Q2. Can you identify Sperm DNA Fragmentation (SDF) tests that are straightforward, provide accurate cutoff values, demonstrate reproducibility, have validated results in clinical trials, are extensively published, and are cost-effective?
Prof. Henkel: The SDF tests with the highest accuracy and reproducibility are tests that employ flow cytometry, namely the TUNEL assay or the sperm chromatin structure assay (SCSA). The other test systems such as COMET assay or Halosperm test have a higher inter-rater variability than the TUNEL or SCSA because they are analyzing a much smaller number of sperm and are manually evaluated. The advantage of the Halosperm test or similar tests, however, is that they are cheaper.
Q3. What, in your opinion, are the three primary reasons behind the absence of a gold standard test for assessing sperm chromatin integrity? Additionally, could you share your preference for a specific SDF test and the reasons behind your choice??
Prof. Henkel: In my opinion, reasons why there is still no generally accepted “gold standard test” for sperm DNA fragmentation are the lack of standardization and as a result of that different cut-off values. In addition, the cost factor seems to play a big role as not all laboratories can afford a flow cytometer and therefore rather perform a cheaper one which has a higher inter-observer variability.
Q4. I'm curious about your perspective on the utilization of AI-based devices to interpret the results of SDF testing. How do you see this technology influencing the accuracy and efficiency of such assessments?
Prof. Henkel: At the moment, AI is tested for tests such as the Halosperm test in order to improve reliability and reduce inter-observer variation. I would also see opportunities for the implementation of AI in novel test systems that could perhaps analyze the number of DNA strand breaks as a measure of the extend of the sperm DNA damage. Important is however, that such systems are getting cheaper, more standardized, and more accurate and reproducible.
Q5. Looking ahead, do you envision SDF testing becoming commonplace in the future, recognized by major professional societies in the field of male infertility? Your insights into the potential trajectory of SDF testing would be invaluable.

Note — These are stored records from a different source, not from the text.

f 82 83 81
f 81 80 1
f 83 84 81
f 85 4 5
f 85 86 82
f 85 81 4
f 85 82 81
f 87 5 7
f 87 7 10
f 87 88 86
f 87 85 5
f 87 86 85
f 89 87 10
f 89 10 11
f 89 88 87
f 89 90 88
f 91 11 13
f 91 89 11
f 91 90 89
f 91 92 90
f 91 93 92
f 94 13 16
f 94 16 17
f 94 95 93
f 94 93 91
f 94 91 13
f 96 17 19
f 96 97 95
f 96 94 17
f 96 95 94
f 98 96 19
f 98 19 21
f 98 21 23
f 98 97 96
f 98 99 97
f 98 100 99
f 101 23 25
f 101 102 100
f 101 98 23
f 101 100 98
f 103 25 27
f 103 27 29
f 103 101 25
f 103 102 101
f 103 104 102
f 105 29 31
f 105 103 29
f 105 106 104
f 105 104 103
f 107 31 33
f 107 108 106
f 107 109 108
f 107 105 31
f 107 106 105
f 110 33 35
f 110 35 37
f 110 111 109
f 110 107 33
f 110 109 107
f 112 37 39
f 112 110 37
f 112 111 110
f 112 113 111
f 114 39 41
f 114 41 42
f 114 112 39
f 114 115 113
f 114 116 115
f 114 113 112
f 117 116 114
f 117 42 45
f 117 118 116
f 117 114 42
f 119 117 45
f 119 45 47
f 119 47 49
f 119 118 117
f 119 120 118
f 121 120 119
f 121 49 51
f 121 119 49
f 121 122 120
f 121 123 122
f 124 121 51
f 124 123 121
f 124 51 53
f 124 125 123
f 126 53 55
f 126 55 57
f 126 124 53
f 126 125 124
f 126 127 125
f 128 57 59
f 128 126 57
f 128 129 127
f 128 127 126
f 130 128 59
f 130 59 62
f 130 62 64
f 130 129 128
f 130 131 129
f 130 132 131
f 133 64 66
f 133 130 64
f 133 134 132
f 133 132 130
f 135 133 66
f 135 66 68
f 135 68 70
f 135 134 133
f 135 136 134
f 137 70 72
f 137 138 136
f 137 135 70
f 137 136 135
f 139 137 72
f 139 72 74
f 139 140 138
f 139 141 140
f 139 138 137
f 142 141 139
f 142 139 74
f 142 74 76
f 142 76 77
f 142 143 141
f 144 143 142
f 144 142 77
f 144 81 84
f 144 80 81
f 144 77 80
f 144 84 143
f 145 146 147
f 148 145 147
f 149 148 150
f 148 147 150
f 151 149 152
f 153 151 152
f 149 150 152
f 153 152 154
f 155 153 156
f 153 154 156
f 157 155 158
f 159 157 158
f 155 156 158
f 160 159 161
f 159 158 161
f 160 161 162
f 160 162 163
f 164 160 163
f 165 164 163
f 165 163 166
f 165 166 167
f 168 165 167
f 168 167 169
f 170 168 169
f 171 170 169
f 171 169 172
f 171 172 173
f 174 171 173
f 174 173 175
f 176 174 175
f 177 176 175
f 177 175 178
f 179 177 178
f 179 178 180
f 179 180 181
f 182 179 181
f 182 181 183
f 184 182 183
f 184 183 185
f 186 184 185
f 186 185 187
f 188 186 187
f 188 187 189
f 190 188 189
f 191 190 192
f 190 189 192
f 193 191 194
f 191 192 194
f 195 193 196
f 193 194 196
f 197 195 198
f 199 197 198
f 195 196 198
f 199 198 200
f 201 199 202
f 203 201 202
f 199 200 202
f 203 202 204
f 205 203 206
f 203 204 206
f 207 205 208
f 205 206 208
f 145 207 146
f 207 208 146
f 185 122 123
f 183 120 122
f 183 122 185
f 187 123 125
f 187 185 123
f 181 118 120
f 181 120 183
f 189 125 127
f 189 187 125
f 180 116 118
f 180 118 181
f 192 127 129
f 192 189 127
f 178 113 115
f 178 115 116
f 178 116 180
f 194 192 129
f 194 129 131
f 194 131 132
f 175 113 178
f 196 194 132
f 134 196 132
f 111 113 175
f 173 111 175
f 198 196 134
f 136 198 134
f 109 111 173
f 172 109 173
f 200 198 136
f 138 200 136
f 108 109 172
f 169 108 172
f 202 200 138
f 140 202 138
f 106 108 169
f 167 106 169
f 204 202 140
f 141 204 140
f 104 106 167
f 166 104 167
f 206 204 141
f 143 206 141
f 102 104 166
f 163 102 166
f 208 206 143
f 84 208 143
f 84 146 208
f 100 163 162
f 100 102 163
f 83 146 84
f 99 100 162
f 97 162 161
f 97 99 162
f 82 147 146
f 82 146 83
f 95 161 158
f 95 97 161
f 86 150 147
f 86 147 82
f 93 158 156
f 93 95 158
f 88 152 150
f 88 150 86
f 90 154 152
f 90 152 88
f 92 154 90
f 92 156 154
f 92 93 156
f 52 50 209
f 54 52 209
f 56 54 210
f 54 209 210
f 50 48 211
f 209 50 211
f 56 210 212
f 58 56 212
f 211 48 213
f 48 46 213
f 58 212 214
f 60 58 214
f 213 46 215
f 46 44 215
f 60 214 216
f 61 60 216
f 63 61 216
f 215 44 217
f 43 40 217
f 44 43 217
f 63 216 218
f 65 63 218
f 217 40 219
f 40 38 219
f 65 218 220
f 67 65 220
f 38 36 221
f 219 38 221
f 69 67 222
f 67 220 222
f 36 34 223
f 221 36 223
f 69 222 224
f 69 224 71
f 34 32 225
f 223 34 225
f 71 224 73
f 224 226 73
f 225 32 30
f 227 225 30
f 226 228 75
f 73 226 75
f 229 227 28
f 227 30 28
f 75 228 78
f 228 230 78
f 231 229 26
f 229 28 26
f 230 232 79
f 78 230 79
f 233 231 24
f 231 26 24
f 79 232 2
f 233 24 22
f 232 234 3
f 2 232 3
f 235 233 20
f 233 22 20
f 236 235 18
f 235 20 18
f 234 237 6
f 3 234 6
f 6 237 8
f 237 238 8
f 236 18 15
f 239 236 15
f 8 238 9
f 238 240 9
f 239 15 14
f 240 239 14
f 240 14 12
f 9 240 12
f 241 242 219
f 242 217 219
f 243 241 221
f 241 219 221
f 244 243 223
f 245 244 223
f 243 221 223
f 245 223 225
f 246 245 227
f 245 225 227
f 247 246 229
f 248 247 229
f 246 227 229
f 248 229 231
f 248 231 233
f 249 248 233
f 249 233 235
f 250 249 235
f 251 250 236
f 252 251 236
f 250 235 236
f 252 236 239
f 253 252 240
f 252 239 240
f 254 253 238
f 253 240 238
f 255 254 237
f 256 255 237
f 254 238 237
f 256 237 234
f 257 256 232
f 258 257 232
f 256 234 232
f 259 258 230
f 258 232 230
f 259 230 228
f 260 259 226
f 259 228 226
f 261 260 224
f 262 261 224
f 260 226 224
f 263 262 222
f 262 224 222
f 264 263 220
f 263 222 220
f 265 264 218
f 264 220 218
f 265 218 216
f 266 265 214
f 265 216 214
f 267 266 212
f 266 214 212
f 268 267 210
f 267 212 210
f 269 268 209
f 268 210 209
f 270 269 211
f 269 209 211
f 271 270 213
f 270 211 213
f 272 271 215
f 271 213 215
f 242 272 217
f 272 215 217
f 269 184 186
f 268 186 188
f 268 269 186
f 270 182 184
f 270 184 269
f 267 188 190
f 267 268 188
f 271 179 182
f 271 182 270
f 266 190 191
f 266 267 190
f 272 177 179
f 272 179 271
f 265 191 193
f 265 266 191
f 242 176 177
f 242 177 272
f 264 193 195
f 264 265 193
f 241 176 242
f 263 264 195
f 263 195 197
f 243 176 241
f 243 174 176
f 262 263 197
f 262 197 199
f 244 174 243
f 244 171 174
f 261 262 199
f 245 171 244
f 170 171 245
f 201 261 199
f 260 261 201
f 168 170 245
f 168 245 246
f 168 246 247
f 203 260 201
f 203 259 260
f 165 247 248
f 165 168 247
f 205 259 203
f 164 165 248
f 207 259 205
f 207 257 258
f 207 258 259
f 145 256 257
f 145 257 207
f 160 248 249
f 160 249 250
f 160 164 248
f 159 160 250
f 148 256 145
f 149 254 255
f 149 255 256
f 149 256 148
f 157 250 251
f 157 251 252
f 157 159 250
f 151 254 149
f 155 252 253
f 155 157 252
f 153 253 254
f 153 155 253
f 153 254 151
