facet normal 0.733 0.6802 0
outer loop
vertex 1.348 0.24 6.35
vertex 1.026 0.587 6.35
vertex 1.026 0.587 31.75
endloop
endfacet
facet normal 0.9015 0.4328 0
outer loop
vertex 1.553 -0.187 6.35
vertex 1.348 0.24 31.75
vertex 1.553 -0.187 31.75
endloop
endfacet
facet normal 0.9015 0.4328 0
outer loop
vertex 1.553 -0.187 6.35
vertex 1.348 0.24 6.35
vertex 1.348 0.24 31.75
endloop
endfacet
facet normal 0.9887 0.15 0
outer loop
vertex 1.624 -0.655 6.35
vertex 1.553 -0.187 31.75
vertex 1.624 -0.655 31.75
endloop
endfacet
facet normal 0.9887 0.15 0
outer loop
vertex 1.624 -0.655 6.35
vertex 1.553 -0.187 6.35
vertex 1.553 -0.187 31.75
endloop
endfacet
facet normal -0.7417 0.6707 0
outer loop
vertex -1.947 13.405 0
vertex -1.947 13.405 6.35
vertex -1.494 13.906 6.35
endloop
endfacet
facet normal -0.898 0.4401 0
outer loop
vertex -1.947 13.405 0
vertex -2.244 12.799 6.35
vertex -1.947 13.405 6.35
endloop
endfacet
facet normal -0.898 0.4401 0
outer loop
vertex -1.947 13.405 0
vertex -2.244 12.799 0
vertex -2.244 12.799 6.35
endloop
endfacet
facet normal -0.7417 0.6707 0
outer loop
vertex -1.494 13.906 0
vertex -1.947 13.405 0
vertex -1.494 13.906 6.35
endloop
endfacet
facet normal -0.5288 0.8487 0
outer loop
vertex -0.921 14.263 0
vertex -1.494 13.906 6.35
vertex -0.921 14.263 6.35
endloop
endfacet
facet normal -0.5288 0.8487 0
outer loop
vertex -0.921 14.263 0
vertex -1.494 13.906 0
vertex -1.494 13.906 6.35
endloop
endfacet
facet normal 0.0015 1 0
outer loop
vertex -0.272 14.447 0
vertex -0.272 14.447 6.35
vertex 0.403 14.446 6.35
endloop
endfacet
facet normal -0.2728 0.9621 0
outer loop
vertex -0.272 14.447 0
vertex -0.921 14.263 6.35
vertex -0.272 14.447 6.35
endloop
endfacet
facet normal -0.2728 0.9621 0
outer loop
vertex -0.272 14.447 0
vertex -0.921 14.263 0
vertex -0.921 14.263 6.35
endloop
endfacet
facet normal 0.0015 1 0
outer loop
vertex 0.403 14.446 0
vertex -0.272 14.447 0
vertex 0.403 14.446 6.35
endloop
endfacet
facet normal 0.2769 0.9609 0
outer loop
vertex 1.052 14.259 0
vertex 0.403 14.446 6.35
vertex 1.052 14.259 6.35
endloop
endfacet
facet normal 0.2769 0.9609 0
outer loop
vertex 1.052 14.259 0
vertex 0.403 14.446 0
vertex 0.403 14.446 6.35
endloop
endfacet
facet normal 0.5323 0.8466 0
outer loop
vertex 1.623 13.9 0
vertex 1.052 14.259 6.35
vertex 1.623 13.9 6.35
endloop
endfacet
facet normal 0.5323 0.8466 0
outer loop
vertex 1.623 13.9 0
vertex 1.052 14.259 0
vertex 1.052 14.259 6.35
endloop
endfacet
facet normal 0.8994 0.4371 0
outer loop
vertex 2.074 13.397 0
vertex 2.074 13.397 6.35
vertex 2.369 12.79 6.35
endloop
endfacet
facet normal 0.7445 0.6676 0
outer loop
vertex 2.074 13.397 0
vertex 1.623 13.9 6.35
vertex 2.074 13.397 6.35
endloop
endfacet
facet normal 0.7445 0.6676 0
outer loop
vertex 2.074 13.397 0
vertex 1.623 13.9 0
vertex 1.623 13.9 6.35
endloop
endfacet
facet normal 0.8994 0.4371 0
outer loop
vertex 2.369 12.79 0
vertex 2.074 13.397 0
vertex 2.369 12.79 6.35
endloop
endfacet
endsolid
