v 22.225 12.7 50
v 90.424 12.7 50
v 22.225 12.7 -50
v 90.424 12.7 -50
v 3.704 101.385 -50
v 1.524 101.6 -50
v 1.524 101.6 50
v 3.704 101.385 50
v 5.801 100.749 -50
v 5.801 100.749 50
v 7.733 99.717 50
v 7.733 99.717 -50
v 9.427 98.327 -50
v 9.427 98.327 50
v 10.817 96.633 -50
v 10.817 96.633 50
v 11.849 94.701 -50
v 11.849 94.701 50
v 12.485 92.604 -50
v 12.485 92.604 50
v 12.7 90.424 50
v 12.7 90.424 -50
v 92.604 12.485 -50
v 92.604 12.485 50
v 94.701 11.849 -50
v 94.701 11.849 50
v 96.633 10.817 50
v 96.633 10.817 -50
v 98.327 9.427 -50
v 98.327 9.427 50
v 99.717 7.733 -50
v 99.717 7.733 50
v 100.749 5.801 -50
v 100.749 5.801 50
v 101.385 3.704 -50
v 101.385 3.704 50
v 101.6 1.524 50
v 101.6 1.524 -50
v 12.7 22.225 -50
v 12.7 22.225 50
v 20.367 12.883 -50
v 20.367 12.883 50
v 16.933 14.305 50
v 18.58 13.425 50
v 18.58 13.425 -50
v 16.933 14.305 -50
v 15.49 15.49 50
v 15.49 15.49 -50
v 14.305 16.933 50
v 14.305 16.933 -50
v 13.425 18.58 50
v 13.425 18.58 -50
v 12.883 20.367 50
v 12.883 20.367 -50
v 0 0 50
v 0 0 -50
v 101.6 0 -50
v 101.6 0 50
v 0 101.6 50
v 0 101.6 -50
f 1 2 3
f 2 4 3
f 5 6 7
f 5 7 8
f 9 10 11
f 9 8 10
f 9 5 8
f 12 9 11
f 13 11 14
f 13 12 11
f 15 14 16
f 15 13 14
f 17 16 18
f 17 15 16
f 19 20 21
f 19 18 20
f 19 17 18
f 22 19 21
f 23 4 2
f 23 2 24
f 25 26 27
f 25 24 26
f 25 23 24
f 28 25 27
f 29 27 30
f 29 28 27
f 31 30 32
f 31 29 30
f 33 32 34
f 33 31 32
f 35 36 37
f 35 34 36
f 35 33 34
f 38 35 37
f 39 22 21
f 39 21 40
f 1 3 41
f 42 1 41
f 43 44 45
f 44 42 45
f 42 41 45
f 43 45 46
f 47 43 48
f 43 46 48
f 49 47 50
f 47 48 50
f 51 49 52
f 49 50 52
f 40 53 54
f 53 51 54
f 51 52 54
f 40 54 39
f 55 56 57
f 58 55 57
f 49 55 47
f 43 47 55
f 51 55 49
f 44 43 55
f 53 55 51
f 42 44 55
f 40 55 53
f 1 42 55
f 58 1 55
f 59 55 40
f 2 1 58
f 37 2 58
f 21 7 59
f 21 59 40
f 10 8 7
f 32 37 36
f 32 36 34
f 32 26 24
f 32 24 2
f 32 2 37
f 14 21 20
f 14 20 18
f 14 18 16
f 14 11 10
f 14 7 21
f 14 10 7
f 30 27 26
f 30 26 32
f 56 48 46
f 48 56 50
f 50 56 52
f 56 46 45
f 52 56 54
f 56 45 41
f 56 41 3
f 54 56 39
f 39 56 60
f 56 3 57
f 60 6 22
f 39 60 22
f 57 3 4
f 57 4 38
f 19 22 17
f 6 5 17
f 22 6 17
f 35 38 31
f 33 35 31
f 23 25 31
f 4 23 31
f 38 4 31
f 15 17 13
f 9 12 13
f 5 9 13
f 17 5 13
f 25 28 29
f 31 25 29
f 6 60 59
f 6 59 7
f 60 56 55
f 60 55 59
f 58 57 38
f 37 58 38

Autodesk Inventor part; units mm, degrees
ref_plane "YZ Plane" through (0, 0, 0) normal (1, 0, 0) x (0, 1, 0)
ref_plane "XZ Plane" through (0, 0, 0) normal (0, 1, 0) x (-1, 0, 0)
ref_plane "XY Plane" through (0, 0, 0) normal (0, 0, 1) x (1, 0, 0)
sketch "Sketch1" plane through (0, 0, 0) normal (0, 0, 1) x (1, 0, 0)
  line L0 (0, 0) -> (0, 101.6)
  line L1 (0, 101.6) -> (1.524, 101.6)
  line L2 (12.7, 90.424) -> (12.7, 22.225)
  line L3 (0, 0) -> (101.6, 0)
  line L4 (101.6, 0) -> (101.6, 1.524)
  line L5 (90.424, 12.7) -> (22.225, 12.7)
  arc A0 (12.7, 22.225) -> (22.225, 12.7) centre (22.225, 22.225) ccw
  arc A1 (12.7, 90.424) -> (1.524, 101.6) centre (1.524, 90.424) ccw
  arc A2 (101.6, 1.524) -> (90.424, 12.7) centre (90.424, 1.524) ccw
  dimension "thickness" = 12.7
  dimension "d3" = 12.7
  dimension "LegSize" = 101.6
  dimension "d5" = 101.6
  dimension "radius" = 9.525
  dimension "d7" = 11.176
  dimension "d8" = 11.176
extrude "4\" X 4\" X 1/2\"" add sketch "Sketch1" along normal mid plane 100
equation "\"d3\" = thickness"
equation "\"d5\" = LegSize"
properties part number "ANGLE IRON, 4 X 4 X 0.50 THK" material "Angle Iron"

Prof. Henkel: Yes, definitely. However, it will still take some time for medical societies to fully adopt sperm DNA fragmentation as a routine test.
Ralf Henkel, PhD: Short Biography
Ralf Henkel, PhD, Habil
Chief Scientific Advisor: LogixX Pharma, Reading, UK
Visiting Reader, Department of Metabolism, Digestion and Reproduction, Imperial College London, UK
ralf.henkel@logixxpharma.com
https://orcid.org/0000-0003-1128-2982
Prof. Ralf Henkel, a distinguished scientist, pursued his studies in Biology and Chemistry at Marburg, Germany. Following the completion of his PhD, he contributed to the fields of Dermatology and Andrology in Giessen, Germany. In 2004, he assumed the role of Professor at the Urology department in Jena, Germany and later served as the Head of the Department of Medical Bioscience at the University of the Western Cape in Cape Town, South Africa He currently holds the position of Extraordinary Professor at the same institution. Since June 2020, Ralf has been engaged with LogixX Pharma, UK. Prof. Henkel is also the Editor-in-Chief of Andrologia. Throughout his illustrious career, he has supervised 76 students, published over 300 articles, chapters, and books, and has an h-index of 46 on Scopus. His collaboration with Ashok Agarwal dates back to their time at the Cleveland Clinic, and since 2022, he has been a senior member of the Global Andrology Forum.